Un elogio della pietra

L’unico idolo da adorare è la pietra. Essa appartiene al mondo, ma al contempo se ne distacca, essendo del primo riassunto la porzione iniziale. La pietra è poggiata attorno a noi come un esempio da perseguire: essa è l’unica cosa ferma che sfugge alla regola di ciò che muta, almeno sotto il nostro breve sguardo di una manciata di lustri.

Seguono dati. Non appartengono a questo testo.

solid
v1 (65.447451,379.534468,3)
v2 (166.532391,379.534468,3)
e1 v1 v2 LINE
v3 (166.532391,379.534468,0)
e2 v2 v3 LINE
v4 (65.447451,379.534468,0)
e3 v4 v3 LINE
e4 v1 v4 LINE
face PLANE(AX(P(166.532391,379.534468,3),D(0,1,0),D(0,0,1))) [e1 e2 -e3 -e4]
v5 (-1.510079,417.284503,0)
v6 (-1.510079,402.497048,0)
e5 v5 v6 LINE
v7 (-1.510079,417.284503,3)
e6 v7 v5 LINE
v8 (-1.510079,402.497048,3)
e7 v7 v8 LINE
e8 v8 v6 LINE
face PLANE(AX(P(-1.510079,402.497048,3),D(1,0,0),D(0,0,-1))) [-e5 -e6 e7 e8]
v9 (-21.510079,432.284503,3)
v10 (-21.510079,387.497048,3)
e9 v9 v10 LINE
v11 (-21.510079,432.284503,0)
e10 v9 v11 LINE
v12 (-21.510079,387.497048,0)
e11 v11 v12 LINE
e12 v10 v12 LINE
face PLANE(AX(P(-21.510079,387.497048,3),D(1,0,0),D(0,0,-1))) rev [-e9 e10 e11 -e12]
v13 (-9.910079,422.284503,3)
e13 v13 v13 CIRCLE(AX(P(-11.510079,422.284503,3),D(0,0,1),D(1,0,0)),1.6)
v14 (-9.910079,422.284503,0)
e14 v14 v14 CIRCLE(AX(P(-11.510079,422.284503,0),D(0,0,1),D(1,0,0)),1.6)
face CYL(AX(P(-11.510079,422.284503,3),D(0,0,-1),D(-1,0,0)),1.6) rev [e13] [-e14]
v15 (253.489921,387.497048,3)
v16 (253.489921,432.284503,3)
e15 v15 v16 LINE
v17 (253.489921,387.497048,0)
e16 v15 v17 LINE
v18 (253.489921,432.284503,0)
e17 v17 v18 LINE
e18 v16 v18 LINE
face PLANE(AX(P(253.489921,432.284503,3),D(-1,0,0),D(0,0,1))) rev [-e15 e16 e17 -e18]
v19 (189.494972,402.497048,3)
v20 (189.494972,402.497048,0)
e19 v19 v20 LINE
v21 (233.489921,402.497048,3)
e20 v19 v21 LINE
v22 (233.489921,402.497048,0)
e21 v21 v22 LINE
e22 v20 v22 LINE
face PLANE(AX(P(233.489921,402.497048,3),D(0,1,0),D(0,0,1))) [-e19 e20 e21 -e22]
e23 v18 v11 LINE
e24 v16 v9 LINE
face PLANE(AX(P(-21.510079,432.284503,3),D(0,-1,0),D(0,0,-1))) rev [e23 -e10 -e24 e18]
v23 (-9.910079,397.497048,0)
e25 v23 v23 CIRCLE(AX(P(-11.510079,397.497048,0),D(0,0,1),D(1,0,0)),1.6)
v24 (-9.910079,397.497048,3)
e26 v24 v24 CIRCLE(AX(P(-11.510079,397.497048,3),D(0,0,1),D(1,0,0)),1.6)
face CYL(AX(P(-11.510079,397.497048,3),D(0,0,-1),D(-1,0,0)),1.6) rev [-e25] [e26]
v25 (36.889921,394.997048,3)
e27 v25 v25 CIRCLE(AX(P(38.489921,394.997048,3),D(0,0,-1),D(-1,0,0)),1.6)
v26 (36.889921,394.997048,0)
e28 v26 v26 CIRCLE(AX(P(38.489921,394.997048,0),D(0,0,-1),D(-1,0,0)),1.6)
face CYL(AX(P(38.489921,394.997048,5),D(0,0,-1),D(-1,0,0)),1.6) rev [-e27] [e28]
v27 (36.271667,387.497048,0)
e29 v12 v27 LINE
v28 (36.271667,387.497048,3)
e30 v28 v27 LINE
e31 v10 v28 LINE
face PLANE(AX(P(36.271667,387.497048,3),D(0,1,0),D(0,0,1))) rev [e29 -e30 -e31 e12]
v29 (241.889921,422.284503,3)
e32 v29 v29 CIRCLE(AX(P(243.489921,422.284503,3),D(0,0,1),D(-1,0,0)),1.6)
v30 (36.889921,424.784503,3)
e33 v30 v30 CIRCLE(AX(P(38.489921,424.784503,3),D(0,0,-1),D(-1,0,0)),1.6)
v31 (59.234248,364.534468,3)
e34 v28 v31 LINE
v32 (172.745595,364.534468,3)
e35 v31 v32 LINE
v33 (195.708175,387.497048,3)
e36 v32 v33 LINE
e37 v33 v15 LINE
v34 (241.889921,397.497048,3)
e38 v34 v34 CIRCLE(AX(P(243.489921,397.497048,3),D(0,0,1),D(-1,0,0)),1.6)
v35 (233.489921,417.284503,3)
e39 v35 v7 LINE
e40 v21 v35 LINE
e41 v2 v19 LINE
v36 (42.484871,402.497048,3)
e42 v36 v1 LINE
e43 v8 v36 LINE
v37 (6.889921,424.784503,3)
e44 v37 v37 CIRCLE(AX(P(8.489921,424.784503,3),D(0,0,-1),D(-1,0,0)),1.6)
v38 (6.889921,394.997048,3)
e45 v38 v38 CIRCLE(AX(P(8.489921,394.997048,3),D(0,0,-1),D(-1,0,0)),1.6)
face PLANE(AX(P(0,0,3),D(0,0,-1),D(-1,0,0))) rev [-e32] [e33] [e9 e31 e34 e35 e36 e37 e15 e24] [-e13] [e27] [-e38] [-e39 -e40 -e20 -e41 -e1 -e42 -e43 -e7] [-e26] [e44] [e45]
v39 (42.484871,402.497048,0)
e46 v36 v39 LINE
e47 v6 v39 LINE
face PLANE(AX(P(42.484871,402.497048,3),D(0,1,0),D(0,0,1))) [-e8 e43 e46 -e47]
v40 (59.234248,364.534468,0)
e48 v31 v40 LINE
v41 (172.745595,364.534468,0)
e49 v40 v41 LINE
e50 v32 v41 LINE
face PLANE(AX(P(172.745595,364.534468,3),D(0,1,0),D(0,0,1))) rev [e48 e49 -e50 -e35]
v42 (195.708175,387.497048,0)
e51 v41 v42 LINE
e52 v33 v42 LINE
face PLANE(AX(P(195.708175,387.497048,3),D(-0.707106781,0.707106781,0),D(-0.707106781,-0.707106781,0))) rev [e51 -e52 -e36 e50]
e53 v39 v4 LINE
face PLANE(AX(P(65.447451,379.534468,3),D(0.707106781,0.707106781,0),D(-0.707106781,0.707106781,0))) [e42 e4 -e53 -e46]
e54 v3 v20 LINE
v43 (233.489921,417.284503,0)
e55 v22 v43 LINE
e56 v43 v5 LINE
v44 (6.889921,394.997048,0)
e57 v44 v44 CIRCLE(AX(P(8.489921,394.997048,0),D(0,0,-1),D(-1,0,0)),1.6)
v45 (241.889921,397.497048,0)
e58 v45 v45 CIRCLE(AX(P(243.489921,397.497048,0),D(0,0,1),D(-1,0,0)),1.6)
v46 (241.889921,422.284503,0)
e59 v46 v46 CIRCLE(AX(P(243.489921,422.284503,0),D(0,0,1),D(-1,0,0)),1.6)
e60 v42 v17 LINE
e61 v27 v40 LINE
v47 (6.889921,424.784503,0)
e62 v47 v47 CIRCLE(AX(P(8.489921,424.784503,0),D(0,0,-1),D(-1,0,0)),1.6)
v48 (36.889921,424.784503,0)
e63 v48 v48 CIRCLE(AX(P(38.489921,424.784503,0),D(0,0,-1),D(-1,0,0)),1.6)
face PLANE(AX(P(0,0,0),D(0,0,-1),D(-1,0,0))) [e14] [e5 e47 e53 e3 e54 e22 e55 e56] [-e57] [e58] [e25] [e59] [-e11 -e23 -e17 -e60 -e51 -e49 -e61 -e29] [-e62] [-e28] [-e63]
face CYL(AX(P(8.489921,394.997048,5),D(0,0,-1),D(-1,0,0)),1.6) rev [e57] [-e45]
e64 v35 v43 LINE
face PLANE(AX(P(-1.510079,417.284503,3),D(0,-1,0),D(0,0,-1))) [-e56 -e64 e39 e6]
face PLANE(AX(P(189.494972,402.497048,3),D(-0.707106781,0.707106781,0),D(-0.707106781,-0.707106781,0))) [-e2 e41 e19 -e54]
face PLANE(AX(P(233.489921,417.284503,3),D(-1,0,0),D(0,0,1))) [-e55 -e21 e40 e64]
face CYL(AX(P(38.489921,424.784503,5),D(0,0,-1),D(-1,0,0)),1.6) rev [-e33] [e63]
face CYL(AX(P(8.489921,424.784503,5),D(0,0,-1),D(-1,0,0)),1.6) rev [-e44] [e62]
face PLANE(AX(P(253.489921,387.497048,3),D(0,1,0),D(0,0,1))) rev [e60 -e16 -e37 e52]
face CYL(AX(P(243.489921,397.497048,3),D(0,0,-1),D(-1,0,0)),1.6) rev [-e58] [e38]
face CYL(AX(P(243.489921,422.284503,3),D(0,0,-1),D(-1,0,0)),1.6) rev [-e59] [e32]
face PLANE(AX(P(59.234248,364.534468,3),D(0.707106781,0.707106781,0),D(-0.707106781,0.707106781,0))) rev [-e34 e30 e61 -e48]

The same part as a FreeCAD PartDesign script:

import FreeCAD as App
import Part
import Sketcher

V = App.Vector


def add_polygon(sketch, points):
    """Adds a closed chain of lines whose ends are joined by coincident constraints."""
    first, n = sketch.GeometryCount, len(points)
    for a, b in zip(points, points[1:] + points[:1]):
        sketch.addGeometry(Part.LineSegment(App.Vector(*a, 0), App.Vector(*b, 0)), False)
    for i in range(n):
        sketch.addConstraint(Sketcher.Constraint("Coincident", first + i, 2, first + (i + 1) % n, 1))

doc = App.newDocument("Part")
body = doc.addObject("PartDesign::Body", "Body")

sketch1 = body.newObject("Sketcher::SketchObject", "Sketch")
sketch1.AttachmentSupport = (doc.getObject("XY_Plane"), [""])
sketch1.MapMode = "FlatFace"
add_polygon(sketch1, [(253.5, 432.3), (-21.5, 432.3), (-21.5, 387.5), (36.3, 387.5), (59.2, 364.5), (172.7, 364.5), (195.7, 387.5), (253.5, 387.5)])
sketch1.addGeometry(Part.Circle(V(243.5, 397.5, 0), V(0, 0, 1), 1.6), False)
add_polygon(sketch1, [(-1.5, 417.3), (233.5, 417.3), (233.5, 402.5), (189.5, 402.5), (166.5, 379.5), (65.4, 379.5), (42.5, 402.5), (-1.5, 402.5)])
sketch1.addGeometry(Part.Circle(V(-11.5, 397.5, 0), V(0, 0, 1), 1.6), False)
sketch1.addGeometry(Part.Circle(V(243.5, 422.3, 0), V(0, 0, 1), 1.6), False)
sketch1.addGeometry(Part.Circle(V(-11.5, 422.3, 0), V(0, 0, 1), 1.6), False)
sketch1.addConstraint(Sketcher.Constraint("Horizontal", 0))
sketch1.addConstraint(Sketcher.Constraint("Vertical", 1))
sketch1.addConstraint(Sketcher.Constraint("Horizontal", 2))
sketch1.addConstraint(Sketcher.Constraint("Horizontal", 4))
sketch1.addConstraint(Sketcher.Constraint("Horizontal", 6))
sketch1.addConstraint(Sketcher.Constraint("Vertical", 7))
sketch1.addConstraint(Sketcher.Constraint("Horizontal", 9))
sketch1.addConstraint(Sketcher.Constraint("Vertical", 10))
sketch1.addConstraint(Sketcher.Constraint("Horizontal", 11))
sketch1.addConstraint(Sketcher.Constraint("Horizontal", 13))
sketch1.addConstraint(Sketcher.Constraint("Horizontal", 15))
sketch1.addConstraint(Sketcher.Constraint("Vertical", 16))
sketch1.addConstraint(Sketcher.Constraint("Equal", 8, 17))
sketch1.addConstraint(Sketcher.Constraint("Equal", 17, 18))
sketch1.addConstraint(Sketcher.Constraint("Equal", 18, 19))
sketch1.addConstraint(Sketcher.Constraint("Perpendicular", 3, 5))
sketch1.addConstraint(Sketcher.Constraint("Parallel", 5, 12))
sketch1.addConstraint(Sketcher.Constraint("Perpendicular", 12, 14))
sketch1.addConstraint(Sketcher.Constraint("Horizontal", 8, 3, 17, 3))
sketch1.addConstraint(Sketcher.Constraint("Horizontal", 18, 3, 19, 3))
sketch1.addConstraint(Sketcher.Constraint("Horizontal", 2, 2, 5, 2))
sketch1.addConstraint(Sketcher.Constraint("Horizontal", 11, 2, 14, 2))
sketch1.addConstraint(Sketcher.Constraint("Vertical", 8, 3, 18, 3))
sketch1.addConstraint(Sketcher.Constraint("Vertical", 17, 3, 19, 3))
sketch1.addConstraint(Sketcher.Constraint("Equal", 2, 6))
sketch1.addConstraint(Sketcher.Constraint("Equal", 11, 15))
sketch1.addConstraint(Sketcher.Constraint("Equal", 3, 5))
sketch1.addConstraint(Sketcher.Constraint("Equal", 5, 12))
sketch1.addConstraint(Sketcher.Constraint("Diameter", 8, 3.2))
sketch1.addConstraint(Sketcher.Constraint("DistanceX", 0, 2, 0, 1, 275.0))
sketch1.addConstraint(Sketcher.Constraint("DistanceX", 9, 1, 9, 2, 235.0))
sketch1.addConstraint(Sketcher.Constraint("DistanceX", 17, 3, 8, 3, 255.0))
sketch1.addConstraint(Sketcher.Constraint("DistanceX", 0, 2, 19, 3, 10.0))
sketch1.addConstraint(Sketcher.Constraint("DistanceY", 19, 3, 0, 2, 10.0))
sketch1.addConstraint(Sketcher.Constraint("DistanceY", 1, 2, 17, 3, 10.0))
sketch1.addConstraint(Sketcher.Constraint("DistanceX", 9, 2, 18, 3, 10.0))
sketch1.addConstraint(Sketcher.Constraint("DistanceY", 9, 2, 18, 3, 5.0))
sketch1.addConstraint(Sketcher.Constraint("DistanceY", 8, 3, 10, 2, 5.0))
sketch1.addConstraint(Sketcher.Constraint("DistanceX", 11, 2, 11, 1, 43.994949))
sketch1.addConstraint(Sketcher.Constraint("DistanceX", 13, 2, 13, 1, 101.08494))
sketch1.addConstraint(Sketcher.Constraint("DistanceX", 2, 1, 2, 2, 57.781746))
sketch1.addConstraint(Sketcher.Constraint("DistanceY", 1, 2, 1, 1, 44.787455))
sketch1.addConstraint(Sketcher.Constraint("DistanceX", -1, 1, 8, 3, 243.489921))
sketch1.addConstraint(Sketcher.Constraint("DistanceY", -1, 1, 8, 3, 397.497048))
pad1 = body.newObject("PartDesign::Pad", "Pad")
pad1.Profile = sketch1
pad1.Length = 3

sketch2 = body.newObject("Sketcher::SketchObject", "Sketch001")
sketch2.AttachmentSupport = (doc.getObject("XY_Plane"), [""])
sketch2.MapMode = "FlatFace"
sketch2.addGeometry(Part.Circle(V(38.5, 424.8, 0), V(0, 0, 1), 1.6), False)
sketch2.addGeometry(Part.Circle(V(8.5, 424.8, 0), V(0, 0, 1), 1.6), False)
sketch2.addGeometry(Part.Circle(V(38.5, 395, 0), V(0, 0, 1), 1.6), False)
sketch2.addGeometry(Part.Circle(V(8.5, 395, 0), V(0, 0, 1), 1.6), False)
sketch2.addConstraint(Sketcher.Constraint("Equal", 0, 1))
sketch2.addConstraint(Sketcher.Constraint("Equal", 1, 2))
sketch2.addConstraint(Sketcher.Constraint("Equal", 2, 3))
sketch2.addConstraint(Sketcher.Constraint("Horizontal", 0, 3, 1, 3))
sketch2.addConstraint(Sketcher.Constraint("Horizontal", 2, 3, 3, 3))
sketch2.addConstraint(Sketcher.Constraint("Vertical", 0, 3, 2, 3))
sketch2.addConstraint(Sketcher.Constraint("Vertical", 1, 3, 3, 3))
sketch2.addConstraint(Sketcher.Constraint("Diameter", 0, 3.2))
sketch2.addConstraint(Sketcher.Constraint("DistanceX", 1, 3, 0, 3, 30.0))
sketch2.addConstraint(Sketcher.Constraint("DistanceX", -1, 1, 0, 3, 38.489921))
sketch2.addConstraint(Sketcher.Constraint("DistanceY", -1, 1, 2, 3, 394.997048))
sketch2.addConstraint(Sketcher.Constraint("DistanceY", -1, 1, 0, 3, 424.784503))
pocket1 = body.newObject("PartDesign::Pocket", "Pocket")
pocket1.Profile = sketch2
pocket1.Length = 5
pocket1.Reversed = True

doc.recompute()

E l’acqua non la morde, la lucida, la perfora facendone un anello per il suo lussuoso braccio, perché senza la schiena accatastata dalle pietre l’umido non saprebbe dove scorrere; e il vento non la sciupa, tutt’al più la smussa, la scalpella o la trascina affinché altri occhi (di fiere passanti, di arbusti che la soffocheranno sotto i colpi micidiali del loro abbraccio, di pastori) la vedano. Il desiderio di edificare non può compiersi senza il supporto della pietra (essa edifica l’uomo e la sua creazione; e l’uomo sbrindellato dopo il consueto diluvio non risorse forse attraverso quelle pietre gettate alle spalle dai giusti Deucalione e Pirra, che rammollendosi, erigendosi e mettendo arti s’alzarono fatte di carne?”

Davide Brullo da “Il Domenicale” del 29/5/2004

(foto del “Kongenshus Mindepark” in Danimarca, della Fondazione Benetton)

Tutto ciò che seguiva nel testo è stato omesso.